▸ Required work:
Wherever a line in the records contains the word "align", return that line.

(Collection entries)
^^^^
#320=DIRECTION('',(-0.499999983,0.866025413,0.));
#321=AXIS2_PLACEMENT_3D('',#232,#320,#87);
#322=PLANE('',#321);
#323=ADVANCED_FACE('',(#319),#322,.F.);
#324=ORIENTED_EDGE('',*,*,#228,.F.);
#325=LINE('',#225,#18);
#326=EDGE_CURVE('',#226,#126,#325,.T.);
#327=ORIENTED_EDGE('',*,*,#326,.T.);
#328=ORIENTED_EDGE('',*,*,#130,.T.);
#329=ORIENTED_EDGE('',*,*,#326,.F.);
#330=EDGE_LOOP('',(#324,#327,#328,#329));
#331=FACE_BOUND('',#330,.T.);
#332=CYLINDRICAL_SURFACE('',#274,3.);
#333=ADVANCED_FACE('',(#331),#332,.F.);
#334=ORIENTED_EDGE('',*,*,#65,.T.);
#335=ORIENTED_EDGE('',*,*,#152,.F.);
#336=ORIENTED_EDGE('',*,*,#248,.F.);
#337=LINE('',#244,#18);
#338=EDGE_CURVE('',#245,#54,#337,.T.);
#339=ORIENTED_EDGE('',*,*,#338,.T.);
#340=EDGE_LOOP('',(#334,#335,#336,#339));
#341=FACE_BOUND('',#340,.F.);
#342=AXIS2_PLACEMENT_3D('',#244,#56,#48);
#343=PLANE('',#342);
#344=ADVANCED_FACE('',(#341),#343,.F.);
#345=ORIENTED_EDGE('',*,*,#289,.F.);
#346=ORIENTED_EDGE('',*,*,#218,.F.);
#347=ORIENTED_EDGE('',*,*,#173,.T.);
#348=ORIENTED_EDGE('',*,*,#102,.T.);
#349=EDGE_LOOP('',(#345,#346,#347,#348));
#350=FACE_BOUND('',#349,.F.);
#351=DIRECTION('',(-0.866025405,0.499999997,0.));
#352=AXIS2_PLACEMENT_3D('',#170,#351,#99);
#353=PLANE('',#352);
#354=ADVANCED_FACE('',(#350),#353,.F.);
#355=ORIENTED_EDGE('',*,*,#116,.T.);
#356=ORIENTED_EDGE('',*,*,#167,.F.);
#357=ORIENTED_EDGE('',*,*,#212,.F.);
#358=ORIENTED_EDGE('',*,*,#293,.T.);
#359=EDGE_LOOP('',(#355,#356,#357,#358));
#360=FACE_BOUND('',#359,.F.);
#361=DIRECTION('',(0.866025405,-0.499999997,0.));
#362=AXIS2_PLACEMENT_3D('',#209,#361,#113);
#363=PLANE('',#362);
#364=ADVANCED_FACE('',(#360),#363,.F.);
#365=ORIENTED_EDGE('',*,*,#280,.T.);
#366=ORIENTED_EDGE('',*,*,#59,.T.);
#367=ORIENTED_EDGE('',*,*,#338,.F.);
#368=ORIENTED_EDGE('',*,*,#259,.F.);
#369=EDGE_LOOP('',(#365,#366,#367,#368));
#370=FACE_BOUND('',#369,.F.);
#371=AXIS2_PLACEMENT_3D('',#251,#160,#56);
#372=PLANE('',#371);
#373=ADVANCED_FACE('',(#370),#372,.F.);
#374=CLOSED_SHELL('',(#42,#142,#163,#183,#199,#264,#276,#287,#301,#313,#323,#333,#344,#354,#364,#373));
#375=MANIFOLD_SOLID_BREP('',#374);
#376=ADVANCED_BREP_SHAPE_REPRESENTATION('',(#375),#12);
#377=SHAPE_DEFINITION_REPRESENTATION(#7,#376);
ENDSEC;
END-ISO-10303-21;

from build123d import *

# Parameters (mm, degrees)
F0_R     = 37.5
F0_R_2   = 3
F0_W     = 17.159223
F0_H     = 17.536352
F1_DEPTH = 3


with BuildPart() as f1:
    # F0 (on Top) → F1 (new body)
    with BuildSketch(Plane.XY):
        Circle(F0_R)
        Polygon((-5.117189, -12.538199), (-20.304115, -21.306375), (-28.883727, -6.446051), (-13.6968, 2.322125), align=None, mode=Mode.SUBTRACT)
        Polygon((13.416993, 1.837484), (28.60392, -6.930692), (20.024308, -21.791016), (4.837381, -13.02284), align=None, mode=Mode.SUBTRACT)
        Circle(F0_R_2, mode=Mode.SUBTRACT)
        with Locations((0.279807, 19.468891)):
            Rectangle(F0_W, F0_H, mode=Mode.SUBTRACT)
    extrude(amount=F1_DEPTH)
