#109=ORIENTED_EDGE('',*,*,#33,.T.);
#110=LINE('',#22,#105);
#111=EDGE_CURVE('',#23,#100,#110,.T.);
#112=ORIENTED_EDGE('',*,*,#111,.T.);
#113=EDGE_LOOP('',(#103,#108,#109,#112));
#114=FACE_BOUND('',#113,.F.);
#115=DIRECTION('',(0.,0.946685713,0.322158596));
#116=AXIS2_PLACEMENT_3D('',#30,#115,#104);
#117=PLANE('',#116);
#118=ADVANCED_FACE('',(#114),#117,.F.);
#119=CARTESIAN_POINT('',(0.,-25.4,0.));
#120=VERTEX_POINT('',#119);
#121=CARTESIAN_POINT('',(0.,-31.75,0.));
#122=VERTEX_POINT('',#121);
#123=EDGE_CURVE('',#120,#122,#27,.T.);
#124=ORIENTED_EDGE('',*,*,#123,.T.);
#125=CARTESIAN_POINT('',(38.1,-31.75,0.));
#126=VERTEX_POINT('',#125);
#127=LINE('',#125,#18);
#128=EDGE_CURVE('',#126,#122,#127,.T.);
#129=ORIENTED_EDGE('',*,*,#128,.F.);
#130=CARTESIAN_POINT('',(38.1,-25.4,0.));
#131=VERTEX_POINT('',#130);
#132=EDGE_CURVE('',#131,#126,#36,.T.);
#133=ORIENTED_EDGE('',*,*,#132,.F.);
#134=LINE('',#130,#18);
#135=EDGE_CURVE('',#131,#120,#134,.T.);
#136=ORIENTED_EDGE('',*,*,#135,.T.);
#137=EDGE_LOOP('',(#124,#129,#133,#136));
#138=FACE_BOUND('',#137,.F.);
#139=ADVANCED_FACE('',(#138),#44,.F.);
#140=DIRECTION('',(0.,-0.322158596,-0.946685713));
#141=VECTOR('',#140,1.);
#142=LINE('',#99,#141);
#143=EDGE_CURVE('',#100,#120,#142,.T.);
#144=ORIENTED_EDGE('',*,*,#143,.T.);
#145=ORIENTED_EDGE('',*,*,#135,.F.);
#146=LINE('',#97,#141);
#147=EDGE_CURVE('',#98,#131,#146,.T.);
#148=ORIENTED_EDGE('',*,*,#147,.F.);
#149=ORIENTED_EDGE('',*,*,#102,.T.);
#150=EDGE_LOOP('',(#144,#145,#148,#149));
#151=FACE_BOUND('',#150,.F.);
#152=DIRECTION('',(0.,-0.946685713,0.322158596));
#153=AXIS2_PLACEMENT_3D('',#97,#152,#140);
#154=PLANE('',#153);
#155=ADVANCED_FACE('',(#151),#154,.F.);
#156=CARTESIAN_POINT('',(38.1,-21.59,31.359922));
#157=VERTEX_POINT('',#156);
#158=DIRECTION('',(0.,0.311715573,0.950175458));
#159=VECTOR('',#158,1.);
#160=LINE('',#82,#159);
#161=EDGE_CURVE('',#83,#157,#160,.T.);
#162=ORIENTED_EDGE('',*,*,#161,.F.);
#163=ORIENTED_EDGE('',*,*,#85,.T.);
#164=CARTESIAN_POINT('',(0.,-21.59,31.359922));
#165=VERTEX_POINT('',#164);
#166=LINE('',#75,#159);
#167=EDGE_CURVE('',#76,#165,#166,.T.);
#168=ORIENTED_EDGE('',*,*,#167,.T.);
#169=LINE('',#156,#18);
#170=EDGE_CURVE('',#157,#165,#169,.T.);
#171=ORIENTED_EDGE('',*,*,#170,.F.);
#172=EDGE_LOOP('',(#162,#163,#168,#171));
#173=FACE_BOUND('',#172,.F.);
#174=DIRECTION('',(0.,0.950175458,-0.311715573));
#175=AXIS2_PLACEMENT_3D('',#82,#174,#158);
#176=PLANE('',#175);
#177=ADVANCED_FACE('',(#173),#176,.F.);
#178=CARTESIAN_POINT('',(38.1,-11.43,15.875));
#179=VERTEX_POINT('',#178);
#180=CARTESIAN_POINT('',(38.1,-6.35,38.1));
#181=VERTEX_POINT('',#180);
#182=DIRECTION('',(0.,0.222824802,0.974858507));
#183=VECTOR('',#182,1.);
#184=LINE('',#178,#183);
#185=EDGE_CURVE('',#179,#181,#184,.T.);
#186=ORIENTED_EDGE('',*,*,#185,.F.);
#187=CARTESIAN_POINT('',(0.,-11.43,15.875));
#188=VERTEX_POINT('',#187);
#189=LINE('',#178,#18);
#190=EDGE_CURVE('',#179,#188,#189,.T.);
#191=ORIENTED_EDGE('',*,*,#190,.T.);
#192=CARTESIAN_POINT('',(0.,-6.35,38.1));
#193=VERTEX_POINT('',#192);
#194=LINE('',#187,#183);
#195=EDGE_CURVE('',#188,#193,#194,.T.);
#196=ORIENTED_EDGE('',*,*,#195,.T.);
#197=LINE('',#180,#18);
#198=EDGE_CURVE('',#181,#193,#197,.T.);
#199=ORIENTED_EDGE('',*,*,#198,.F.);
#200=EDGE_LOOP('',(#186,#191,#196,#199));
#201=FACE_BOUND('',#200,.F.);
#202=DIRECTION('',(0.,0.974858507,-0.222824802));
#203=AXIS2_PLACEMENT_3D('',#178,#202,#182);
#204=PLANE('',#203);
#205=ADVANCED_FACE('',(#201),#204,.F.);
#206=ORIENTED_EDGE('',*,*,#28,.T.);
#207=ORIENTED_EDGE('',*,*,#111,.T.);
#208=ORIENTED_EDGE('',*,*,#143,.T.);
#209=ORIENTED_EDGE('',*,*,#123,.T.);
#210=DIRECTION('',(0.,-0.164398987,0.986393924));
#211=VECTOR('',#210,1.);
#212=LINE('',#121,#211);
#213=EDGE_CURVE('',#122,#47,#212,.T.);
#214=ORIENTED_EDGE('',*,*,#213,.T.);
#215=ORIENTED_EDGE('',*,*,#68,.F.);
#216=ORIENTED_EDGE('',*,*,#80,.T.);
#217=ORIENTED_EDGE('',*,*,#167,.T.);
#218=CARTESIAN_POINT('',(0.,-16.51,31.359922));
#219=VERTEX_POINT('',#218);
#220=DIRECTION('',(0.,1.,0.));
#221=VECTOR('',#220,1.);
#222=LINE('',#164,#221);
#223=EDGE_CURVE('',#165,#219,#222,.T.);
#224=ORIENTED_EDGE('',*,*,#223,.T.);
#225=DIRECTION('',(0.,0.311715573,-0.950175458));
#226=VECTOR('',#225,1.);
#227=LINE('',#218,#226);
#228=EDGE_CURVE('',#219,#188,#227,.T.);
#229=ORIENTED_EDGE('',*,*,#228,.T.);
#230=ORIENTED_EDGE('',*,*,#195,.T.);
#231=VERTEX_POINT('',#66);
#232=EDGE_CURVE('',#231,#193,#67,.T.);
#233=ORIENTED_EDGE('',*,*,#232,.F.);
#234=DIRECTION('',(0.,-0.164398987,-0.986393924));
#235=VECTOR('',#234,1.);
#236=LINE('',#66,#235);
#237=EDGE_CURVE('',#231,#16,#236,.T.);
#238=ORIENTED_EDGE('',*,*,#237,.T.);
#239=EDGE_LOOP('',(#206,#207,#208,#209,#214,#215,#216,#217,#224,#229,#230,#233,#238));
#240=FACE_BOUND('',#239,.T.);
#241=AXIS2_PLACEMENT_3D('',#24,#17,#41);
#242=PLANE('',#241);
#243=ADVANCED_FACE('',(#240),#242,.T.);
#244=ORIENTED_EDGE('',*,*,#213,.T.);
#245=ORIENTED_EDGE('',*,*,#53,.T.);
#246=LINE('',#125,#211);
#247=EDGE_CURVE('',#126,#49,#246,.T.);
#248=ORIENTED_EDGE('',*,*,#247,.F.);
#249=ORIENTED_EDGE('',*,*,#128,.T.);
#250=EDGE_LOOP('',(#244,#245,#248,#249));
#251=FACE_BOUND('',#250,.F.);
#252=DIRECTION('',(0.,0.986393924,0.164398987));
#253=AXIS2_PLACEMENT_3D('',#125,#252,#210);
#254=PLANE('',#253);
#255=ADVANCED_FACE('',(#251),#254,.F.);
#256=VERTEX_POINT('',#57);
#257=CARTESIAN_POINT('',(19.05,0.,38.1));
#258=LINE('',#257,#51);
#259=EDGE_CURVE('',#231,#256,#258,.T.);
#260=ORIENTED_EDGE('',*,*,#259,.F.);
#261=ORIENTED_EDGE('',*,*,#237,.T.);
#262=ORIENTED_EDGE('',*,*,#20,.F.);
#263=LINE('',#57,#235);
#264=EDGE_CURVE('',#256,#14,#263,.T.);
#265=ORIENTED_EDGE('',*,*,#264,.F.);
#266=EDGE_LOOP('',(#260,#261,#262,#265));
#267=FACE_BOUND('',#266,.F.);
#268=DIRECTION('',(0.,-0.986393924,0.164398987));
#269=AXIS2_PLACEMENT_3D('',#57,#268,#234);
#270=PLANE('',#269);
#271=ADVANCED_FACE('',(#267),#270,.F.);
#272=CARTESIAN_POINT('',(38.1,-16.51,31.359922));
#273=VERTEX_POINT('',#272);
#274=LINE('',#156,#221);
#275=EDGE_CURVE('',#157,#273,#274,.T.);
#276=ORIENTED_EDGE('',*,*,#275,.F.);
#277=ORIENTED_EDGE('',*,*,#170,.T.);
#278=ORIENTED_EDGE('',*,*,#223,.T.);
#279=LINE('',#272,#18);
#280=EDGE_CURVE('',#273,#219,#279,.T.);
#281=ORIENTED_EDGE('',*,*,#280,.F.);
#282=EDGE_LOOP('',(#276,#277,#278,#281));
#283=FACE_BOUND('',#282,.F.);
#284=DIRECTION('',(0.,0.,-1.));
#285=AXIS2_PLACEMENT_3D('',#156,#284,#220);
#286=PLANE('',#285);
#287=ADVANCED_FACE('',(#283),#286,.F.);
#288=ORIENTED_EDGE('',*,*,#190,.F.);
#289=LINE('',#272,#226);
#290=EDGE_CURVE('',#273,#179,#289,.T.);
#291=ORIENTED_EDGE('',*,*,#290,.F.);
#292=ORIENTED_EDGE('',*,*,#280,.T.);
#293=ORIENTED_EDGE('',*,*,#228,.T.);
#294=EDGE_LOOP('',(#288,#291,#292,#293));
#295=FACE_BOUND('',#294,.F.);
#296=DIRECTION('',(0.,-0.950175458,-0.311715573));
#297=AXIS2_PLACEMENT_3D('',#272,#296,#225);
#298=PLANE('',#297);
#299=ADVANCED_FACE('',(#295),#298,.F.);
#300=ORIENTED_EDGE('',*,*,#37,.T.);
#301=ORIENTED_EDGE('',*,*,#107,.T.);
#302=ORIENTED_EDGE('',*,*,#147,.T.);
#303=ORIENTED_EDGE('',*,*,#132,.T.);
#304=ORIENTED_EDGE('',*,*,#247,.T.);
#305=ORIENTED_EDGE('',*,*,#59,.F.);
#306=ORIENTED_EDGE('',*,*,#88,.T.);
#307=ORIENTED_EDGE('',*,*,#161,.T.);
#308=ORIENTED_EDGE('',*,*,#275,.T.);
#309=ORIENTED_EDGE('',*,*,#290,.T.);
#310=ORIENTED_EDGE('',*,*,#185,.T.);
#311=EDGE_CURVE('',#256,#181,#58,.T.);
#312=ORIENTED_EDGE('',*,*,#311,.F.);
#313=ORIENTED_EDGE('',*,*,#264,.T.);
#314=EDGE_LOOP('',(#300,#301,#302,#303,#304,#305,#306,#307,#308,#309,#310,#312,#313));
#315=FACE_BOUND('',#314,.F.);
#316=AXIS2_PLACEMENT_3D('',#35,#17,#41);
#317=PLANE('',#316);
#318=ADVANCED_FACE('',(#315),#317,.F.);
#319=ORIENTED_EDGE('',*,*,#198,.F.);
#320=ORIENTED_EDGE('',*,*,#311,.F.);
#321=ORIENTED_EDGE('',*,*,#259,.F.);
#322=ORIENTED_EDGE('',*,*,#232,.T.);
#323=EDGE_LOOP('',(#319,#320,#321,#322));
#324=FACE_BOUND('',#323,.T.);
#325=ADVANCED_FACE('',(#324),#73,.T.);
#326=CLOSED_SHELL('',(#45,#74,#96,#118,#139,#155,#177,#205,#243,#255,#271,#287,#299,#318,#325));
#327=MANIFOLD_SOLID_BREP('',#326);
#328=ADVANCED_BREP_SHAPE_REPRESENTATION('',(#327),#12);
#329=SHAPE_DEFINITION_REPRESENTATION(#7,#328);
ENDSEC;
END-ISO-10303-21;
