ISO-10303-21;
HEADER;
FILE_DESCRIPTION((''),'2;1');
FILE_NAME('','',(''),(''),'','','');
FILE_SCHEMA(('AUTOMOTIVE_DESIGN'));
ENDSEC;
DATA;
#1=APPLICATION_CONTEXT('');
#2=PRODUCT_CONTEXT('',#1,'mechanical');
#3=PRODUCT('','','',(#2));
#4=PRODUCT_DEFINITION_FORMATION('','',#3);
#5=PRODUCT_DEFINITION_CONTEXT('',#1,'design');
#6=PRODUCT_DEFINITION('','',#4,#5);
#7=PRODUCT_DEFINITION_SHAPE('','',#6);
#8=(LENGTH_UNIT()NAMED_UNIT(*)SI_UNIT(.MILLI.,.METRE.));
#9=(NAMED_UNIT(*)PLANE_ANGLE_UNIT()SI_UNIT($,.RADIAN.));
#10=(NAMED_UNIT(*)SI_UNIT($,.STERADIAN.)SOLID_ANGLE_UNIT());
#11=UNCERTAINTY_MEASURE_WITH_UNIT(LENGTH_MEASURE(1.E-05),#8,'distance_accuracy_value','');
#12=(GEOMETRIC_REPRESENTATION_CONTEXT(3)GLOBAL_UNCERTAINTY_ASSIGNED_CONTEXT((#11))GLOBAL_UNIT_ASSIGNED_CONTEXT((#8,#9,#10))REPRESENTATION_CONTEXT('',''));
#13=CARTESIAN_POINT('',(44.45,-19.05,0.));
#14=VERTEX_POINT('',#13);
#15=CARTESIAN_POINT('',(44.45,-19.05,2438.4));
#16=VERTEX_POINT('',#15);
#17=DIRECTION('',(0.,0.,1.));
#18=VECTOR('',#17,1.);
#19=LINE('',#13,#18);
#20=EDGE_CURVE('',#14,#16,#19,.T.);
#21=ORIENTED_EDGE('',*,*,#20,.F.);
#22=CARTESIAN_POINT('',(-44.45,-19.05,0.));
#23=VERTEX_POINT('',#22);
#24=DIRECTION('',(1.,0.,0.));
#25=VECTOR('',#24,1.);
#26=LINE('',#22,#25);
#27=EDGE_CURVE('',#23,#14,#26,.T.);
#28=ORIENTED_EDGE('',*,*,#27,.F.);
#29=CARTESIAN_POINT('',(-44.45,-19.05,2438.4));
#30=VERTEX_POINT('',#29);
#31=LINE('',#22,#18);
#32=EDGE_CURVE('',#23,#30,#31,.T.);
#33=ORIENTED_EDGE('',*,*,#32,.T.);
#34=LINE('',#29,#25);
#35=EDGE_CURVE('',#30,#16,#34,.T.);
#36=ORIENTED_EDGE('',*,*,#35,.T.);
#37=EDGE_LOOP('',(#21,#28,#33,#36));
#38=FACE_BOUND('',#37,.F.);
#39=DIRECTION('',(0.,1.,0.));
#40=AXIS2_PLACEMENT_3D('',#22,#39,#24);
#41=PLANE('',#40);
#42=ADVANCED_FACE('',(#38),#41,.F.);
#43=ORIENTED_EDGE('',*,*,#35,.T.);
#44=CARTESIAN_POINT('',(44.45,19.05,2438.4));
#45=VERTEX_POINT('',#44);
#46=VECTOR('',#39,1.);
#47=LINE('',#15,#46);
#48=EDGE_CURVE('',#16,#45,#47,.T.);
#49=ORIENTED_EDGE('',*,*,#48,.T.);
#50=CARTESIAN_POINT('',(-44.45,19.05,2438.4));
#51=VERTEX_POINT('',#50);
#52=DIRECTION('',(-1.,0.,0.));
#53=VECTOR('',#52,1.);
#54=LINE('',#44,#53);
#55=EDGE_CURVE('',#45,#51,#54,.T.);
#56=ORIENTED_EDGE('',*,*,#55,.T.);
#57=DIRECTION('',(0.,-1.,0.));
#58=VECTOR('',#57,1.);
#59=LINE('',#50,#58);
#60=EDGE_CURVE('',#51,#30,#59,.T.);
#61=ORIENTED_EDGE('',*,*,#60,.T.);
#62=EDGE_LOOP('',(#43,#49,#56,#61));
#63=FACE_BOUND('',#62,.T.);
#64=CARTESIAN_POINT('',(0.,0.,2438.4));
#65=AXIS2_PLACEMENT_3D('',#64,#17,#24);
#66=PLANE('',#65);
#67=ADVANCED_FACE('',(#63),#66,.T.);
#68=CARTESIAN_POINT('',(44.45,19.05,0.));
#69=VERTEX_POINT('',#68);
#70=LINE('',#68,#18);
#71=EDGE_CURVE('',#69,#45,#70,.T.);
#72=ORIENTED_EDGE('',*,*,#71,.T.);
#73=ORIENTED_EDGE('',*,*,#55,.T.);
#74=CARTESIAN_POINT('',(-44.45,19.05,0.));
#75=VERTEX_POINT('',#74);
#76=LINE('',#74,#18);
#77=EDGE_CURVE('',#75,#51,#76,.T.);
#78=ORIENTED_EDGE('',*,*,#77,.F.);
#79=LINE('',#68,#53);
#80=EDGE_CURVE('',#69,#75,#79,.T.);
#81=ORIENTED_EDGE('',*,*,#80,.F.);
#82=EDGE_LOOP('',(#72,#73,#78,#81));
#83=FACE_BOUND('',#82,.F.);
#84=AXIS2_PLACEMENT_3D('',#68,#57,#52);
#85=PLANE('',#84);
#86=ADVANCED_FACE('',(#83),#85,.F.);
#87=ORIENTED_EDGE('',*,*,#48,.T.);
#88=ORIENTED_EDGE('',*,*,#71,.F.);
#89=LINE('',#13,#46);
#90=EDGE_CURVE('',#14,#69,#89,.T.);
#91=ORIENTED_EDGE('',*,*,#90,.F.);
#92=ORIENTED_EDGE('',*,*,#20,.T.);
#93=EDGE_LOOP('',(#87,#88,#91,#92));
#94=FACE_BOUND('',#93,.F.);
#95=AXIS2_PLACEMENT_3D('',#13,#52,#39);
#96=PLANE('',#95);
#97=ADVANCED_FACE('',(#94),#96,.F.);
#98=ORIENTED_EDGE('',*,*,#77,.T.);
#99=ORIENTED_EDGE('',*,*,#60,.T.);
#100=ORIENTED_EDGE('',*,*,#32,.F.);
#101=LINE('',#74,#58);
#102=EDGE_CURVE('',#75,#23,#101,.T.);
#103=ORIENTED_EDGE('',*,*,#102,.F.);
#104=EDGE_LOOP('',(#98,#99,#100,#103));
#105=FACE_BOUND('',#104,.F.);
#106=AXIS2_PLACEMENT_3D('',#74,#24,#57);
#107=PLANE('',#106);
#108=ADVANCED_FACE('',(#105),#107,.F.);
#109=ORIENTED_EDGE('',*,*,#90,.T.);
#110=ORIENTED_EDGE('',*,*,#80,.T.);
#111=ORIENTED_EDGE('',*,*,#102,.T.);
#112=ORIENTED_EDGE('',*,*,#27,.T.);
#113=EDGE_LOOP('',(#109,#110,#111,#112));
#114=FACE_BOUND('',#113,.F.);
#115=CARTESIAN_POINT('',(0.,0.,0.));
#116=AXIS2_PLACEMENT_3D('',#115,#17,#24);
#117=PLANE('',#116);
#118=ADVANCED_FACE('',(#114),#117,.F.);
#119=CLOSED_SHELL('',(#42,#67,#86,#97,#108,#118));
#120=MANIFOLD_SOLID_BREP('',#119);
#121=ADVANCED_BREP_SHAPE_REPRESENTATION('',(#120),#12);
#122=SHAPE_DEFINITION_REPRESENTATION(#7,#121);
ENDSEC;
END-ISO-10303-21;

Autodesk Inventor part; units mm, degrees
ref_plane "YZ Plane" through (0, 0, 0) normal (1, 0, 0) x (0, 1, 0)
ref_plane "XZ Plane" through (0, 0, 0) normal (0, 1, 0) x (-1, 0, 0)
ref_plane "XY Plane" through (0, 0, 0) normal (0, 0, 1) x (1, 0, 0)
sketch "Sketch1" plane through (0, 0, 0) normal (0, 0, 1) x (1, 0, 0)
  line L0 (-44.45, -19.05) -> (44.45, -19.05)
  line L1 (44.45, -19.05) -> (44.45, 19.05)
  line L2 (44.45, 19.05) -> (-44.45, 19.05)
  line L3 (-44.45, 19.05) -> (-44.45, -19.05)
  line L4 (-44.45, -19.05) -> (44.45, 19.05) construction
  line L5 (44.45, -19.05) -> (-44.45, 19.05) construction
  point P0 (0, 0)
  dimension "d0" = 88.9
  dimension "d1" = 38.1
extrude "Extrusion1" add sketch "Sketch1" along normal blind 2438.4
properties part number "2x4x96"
^^^^
▸ Written response:
        Polygon((-5.117189, -12.538199), (-20.304115, -21.306375), (-28.883727, -6.446051), (-13.6968, 2.322125), align=None, mode=Mode.SUBTRACT)
        Polygon((13.416993, 1.837484), (28.60392, -6.930692), (20.024308, -21.791016), (4.837381, -13.02284), align=None, mode=Mode.SUBTRACT)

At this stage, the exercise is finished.